State v. Leopard

2011 Ohio 3864, 957 N.E.2d 55, 194 Ohio App. 3d 500
CourtOhio Court of Appeals
DecidedAugust 5, 2011
Docket2010-CA-87
StatusPublished
Cited by131 cases

This text of 2011 Ohio 3864 (State v. Leopard) is published on Counsel Stack Legal Research, covering Ohio Court of Appeals primary law. Counsel Stack provides free access to over 12 million legal documents including statutes, case law, regulations, and constitutions.

Bluebook
State v. Leopard, 2011 Ohio 3864, 957 N.E.2d 55, 194 Ohio App. 3d 500 (Ohio Ct. App. 2011).

Opinions

Hall, Judge.

{¶ 1} Charles W. Leopard II appeals from his conviction and sentence following a guilty plea to two counts of unlawful sexual conduct with a minor, felonies of the third degree.

{¶ 2} The charges against Leopard stemmed from allegations that on multiple occasions, he had inserted his finger into J.R.’s and B.M.’s vaginas, engaged in [503]*503vaginal intercourse with them, and performed cunnilingus on the girls, who were both 15 years old.

{¶ 3} The record reflects that 42-year-old Leopard met the two minors by permitting children in the neighborhood to come into his home to “hang out,” drink alcohol, and use marijuana. His home was a well-known gathering spot for neighborhood teens. Leopard created an environment that condoned illegal activity and provided alcohol for the teens, knowing that young girls would be at his home drinking and partying. Once the girls were in his home, he made it clear that he was interested in them sexually. He used his access to them to eventually engage in sexual activity with both victims. This activity occurred on multiple occasions over several months. Both victims had recordings on their cellular devices where Leopard confessed to engaging in numerous, separate, sexual encounters with them.

{¶ 4} Based on the foregoing activity, Leopard was indicted on six counts of unlawful sexual conduct with a minor, in violation of R.C. 2907.04(A), with specifications that he was ten or more years older than his victims. At arraignment, Leopard entered a plea of not guilty. Following a plea bargain, however, he entered a guilty plea to two counts of unlawful sexual conduct with a minor, each with the ten-or-more-years-older specification. The guilty plea involved one count for each of his two victims.

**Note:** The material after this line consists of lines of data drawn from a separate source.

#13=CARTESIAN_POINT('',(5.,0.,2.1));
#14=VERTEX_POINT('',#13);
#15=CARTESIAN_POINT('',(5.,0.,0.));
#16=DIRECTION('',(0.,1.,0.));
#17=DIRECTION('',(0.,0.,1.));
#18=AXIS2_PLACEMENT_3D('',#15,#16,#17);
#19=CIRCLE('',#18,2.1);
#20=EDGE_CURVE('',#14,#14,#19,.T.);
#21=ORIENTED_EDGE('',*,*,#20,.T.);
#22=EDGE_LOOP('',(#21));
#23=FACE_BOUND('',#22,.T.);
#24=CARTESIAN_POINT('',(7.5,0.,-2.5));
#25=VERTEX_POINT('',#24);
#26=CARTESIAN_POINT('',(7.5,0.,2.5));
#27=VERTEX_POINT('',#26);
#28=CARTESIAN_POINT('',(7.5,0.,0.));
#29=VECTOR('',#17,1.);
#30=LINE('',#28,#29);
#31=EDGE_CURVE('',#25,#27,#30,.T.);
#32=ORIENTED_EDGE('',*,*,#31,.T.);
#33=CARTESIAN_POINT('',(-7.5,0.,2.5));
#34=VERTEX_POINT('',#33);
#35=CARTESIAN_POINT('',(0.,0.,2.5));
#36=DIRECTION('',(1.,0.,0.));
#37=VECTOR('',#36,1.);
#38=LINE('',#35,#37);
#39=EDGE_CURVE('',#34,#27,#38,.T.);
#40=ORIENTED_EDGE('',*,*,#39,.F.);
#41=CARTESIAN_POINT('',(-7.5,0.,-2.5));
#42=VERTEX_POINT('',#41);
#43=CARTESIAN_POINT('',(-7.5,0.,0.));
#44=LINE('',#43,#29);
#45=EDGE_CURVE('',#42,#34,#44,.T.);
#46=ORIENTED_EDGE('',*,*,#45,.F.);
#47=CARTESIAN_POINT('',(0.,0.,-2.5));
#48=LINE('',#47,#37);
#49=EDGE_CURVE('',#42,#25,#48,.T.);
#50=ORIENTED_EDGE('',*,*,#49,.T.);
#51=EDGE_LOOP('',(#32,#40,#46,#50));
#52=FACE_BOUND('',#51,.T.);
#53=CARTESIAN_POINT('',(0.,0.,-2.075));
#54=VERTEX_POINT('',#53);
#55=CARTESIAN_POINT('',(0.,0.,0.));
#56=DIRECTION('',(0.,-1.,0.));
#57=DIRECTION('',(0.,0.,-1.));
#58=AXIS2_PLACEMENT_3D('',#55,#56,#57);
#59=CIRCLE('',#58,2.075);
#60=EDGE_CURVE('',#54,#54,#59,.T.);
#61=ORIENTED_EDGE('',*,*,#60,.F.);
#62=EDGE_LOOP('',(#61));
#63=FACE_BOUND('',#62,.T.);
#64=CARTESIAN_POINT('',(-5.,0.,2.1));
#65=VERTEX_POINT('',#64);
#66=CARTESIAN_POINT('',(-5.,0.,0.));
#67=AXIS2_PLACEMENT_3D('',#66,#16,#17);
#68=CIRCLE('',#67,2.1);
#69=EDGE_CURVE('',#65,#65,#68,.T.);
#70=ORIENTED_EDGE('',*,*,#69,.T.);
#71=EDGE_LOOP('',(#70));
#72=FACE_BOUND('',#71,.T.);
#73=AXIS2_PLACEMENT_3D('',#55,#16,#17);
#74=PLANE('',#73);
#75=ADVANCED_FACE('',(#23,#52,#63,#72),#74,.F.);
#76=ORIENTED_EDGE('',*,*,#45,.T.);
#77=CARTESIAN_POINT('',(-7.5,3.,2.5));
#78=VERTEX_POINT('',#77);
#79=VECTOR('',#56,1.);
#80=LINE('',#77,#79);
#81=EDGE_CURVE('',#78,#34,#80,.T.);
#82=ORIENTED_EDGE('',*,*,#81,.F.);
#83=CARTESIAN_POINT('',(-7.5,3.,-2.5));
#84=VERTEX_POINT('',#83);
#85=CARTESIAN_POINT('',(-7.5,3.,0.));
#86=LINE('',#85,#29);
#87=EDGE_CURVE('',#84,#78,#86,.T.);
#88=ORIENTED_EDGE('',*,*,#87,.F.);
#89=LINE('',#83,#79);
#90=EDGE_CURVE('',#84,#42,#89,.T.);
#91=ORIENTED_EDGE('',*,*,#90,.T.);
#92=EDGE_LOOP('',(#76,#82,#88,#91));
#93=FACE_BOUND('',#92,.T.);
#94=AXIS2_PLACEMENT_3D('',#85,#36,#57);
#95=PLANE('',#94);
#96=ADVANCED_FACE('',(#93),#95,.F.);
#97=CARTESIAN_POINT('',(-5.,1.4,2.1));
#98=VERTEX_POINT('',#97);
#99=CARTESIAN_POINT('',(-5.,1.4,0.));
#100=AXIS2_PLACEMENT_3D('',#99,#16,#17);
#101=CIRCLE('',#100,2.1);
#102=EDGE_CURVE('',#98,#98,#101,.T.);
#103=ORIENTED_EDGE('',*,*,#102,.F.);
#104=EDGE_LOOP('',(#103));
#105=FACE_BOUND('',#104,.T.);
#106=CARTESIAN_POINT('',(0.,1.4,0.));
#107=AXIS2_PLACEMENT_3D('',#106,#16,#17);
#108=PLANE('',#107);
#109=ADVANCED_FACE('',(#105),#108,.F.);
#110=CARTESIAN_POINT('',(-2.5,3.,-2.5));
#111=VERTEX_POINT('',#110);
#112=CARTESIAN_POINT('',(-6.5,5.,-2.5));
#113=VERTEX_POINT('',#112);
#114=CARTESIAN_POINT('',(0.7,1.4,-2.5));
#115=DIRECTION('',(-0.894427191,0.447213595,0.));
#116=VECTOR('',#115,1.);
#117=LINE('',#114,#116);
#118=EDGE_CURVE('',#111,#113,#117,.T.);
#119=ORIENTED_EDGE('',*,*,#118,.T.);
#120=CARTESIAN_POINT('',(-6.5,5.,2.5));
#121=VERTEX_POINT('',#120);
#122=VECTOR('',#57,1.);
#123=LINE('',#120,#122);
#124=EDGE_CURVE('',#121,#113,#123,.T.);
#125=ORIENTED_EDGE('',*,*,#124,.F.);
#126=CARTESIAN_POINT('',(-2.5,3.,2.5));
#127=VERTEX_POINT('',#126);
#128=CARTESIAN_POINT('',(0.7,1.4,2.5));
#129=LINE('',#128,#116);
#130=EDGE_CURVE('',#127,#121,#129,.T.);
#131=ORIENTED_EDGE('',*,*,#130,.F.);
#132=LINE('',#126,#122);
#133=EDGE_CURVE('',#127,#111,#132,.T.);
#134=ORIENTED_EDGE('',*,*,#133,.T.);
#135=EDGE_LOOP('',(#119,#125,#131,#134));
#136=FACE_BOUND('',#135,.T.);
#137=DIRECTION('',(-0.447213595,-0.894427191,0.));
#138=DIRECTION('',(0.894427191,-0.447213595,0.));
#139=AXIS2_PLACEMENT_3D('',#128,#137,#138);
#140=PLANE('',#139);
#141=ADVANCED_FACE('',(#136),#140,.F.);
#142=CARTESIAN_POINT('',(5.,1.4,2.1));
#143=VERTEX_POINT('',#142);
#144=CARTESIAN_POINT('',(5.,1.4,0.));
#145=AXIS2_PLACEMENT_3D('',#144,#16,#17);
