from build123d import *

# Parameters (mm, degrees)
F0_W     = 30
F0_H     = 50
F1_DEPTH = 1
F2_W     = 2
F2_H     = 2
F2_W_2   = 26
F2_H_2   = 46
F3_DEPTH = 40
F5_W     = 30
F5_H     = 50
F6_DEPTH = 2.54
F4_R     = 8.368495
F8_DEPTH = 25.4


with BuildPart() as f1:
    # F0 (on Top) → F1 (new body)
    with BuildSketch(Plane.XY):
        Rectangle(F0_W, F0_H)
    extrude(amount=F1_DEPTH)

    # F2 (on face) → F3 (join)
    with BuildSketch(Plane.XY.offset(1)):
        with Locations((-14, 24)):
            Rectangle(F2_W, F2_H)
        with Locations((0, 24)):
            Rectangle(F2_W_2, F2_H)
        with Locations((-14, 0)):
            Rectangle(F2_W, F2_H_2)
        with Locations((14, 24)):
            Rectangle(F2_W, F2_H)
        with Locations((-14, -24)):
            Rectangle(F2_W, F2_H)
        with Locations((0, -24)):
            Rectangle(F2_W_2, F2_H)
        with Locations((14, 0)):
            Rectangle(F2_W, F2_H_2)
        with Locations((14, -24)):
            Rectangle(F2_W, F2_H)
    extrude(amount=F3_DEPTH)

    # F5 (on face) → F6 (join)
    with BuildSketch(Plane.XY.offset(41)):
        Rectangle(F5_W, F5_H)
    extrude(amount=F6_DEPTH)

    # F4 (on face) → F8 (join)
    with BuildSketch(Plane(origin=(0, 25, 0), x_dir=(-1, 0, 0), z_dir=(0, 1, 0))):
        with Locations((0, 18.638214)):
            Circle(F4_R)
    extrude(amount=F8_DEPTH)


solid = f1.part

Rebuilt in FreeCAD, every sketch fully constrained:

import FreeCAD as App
import Part
import Sketcher

V = App.Vector

doc = App.newDocument("Part")
body = doc.addObject("PartDesign::Body", "Body")

sketch1 = body.newObject("Sketcher::SketchObject", "Sketch")
sketch1.AttachmentSupport = (doc.getObject("XY_Plane"), [""])
sketch1.MapMode = "FlatFace"
sketch1.addGeometry([
    Part.LineSegment(V(-15, 25, 0), V(-15, -25, 0)),
    Part.LineSegment(V(-15, -25, 0), V(15, -25, 0)),
    Part.LineSegment(V(15, -25, 0), V(15, 25, 0)),
    Part.LineSegment(V(15, 25, 0), V(-15, 25, 0)),
], False)
sketch1.addConstraint([
    Sketcher.Constraint("Coincident", 0, 2, 1, 1),
    Sketcher.Constraint("Coincident", 1, 2, 2, 1),
    Sketcher.Constraint("Coincident", 2, 2, 3, 1),
    Sketcher.Constraint("Coincident", 3, 2, 0, 1),
    Sketcher.Constraint("Vertical", 0),
    Sketcher.Constraint("Horizontal", 1),
    Sketcher.Constraint("Vertical", 2),
    Sketcher.Constraint("Horizontal", 3),
    Sketcher.Constraint("Symmetric", 0, 2, 2, 2, -1, 1),
    Sketcher.Constraint("DistanceX", 1, 1, 1, 2, 30.0),
    Sketcher.Constraint("DistanceY", 0, 2, 0, 1, 50.0),
])
pad1 = body.newObject("PartDesign::Pad", "Pad")
pad1.Profile = sketch1
pad1.Length = 1

sketch2 = body.newObject("Sketcher::SketchObject", "Sketch001")
sketch2.AttachmentSupport = (doc.getObject("XY_Plane"), [""])
sketch2.MapMode = "FlatFace"
sketch2.AttachmentOffset = App.Placement(V(0, 0, 1), App.Rotation())
sketch2.addGeometry([
    Part.LineSegment(V(-15, -25, 0), V(15, -25, 0)),
    Part.LineSegment(V(15, -25, 0), V(15, 25, 0)),
    Part.LineSegment(V(15, 25, 0), V(-15, 25, 0)),
    Part.LineSegment(V(-15, 25, 0), V(-15, -25, 0)),
    Part.LineSegment(V(13, -23, 0), V(-13, -23, 0)),
    Part.LineSegment(V(-13, -23, 0), V(-13, 23, 0)),
    Part.LineSegment(V(-13, 23, 0), V(13, 23, 0)),
    Part.LineSegment(V(13, 23, 0), V(13, -23, 0)),
], False)
sketch2.addConstraint([
    Sketcher.Constraint("Coincident", 0, 2, 1, 1),
    Sketcher.Constraint("Coincident", 1, 2, 2, 1),
    Sketcher.Constraint("Coincident", 2, 2, 3, 1),
    Sketcher.Constraint("Coincident", 3, 2, 0, 1),
    Sketcher.Constraint("Coincident", 4, 2, 5, 1),
    Sketcher.Constraint("Coincident", 5, 2, 6, 1),
    Sketcher.Constraint("Coincident", 6, 2, 7, 1),
    Sketcher.Constraint("Coincident", 7, 2, 4, 1),
    Sketcher.Constraint("Horizontal", 0),
    Sketcher.Constraint("Vertical", 1),
    Sketcher.Constraint("Horizontal", 2),
    Sketcher.Constraint("Vertical", 3),
    Sketcher.Constraint("Horizontal", 4),
    Sketcher.Constraint("Vertical", 5),
    Sketcher.Constraint("Horizontal", 6),
    Sketcher.Constraint("Vertical", 7),
    Sketcher.Constraint("Symmetric", 0, 2, 2, 2, -1, 1),
    Sketcher.Constraint("Symmetric", 4, 2, 6, 2, -1, 1),
    Sketcher.Constraint("DistanceX", 0, 1, 0, 2, 30.0),
    Sketcher.Constraint("DistanceX", 4, 2, 4, 1, 26.0),
    Sketcher.Constraint("DistanceY", 1, 1, 1, 2, 50.0),
    Sketcher.Constraint("DistanceY", 5, 1, 5, 2, 46.0),
])
pad2 = body.newObject("PartDesign::Pad", "Pad001")
pad2.Profile = sketch2
pad2.Length = 40

sketch3 = body.newObject("Sketcher::SketchObject", "Sketch002")
sketch3.AttachmentSupport = (doc.getObject("XY_Plane"), [""])
sketch3.MapMode = "FlatFace"
sketch3.AttachmentOffset = App.Placement(V(0, 0, 41), App.Rotation())
sketch3.addGeometry([
    Part.LineSegment(V(-15, 25, 0), V(-15, -25, 0)),
    Part.LineSegment(V(-15, -25, 0), V(15, -25, 0)),
    Part.LineSegment(V(15, -25, 0), V(15, 25, 0)),
    Part.LineSegment(V(15, 25, 0), V(-15, 25, 0)),
], False)
sketch3.addConstraint([
    Sketcher.Constraint("Coincident", 0, 2, 1, 1),
    Sketcher.Constraint("Coincident", 1, 2, 2, 1),
    Sketcher.Constraint("Coincident", 2, 2, 3, 1),
    Sketcher.Constraint("Coincident", 3, 2, 0, 1),
    Sketcher.Constraint("Vertical", 0),
    Sketcher.Constraint("Horizontal", 1),
    Sketcher.Constraint("Vertical", 2),
    Sketcher.Constraint("Horizontal", 3),
    Sketcher.Constraint("Symmetric", 0, 2, 2, 2, -1, 1),
    Sketcher.Constraint("DistanceX", 1, 1, 1, 2, 30.0),
    Sketcher.Constraint("DistanceY", 0, 2, 0, 1, 50.0),
])
pad3 = body.newObject("PartDesign::Pad", "Pad002")
pad3.Profile = sketch3
pad3.Length = 2.54

sketch4 = body.newObject("Sketcher::SketchObject", "Sketch003")
sketch4.AttachmentSupport = (doc.getObject("XZ_Plane"), [""])
sketch4.MapMode = "FlatFace"
sketch4.AttachmentOffset = App.Placement(V(0, 0, -25), App.Rotation())
sketch4.addGeometry(Part.Circle(V(0, 18.638214, 0), V(0, 0, 1), 8.368495), False)
sketch4.addConstraint([
    Sketcher.Constraint("PointOnObject", 0, 3, -2),
    Sketcher.Constraint("Diameter", 0, 16.73699),
    Sketcher.Constraint("DistanceY", -1, 1, 0, 3, 18.638214),
])
pad4 = body.newObject("PartDesign::Pad", "Pad003")
pad4.Profile = sketch4
pad4.Length = 25.4
pad4.Reversed = True

doc.recompute()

{¶ 5} The trial court ordered a presentence investigation (“PSI”) report and revoked Leopard’s bail. At sentencing, the trial court imposed consecutive four-year prison sentences for a total of eight years. It also imposed five years of mandatory postrelease control and classified Leopard as a Tier II sexual offender. This appeal followed.

{¶ 6} Leopard advances three assignments of error on appeal. First, he contends that his sentence is contrary to law because the trial court failed to make certain necessary findings before imposing consecutive sentences. Second, he claims that his sentence is contrary to law because the trial court failed to properly consider the statutory principles and purposes of sentencing and the seriousness and recidivism factors. Third, he asserts that the trial court abused its discretion by imposing more than minimum and consecutive sentences.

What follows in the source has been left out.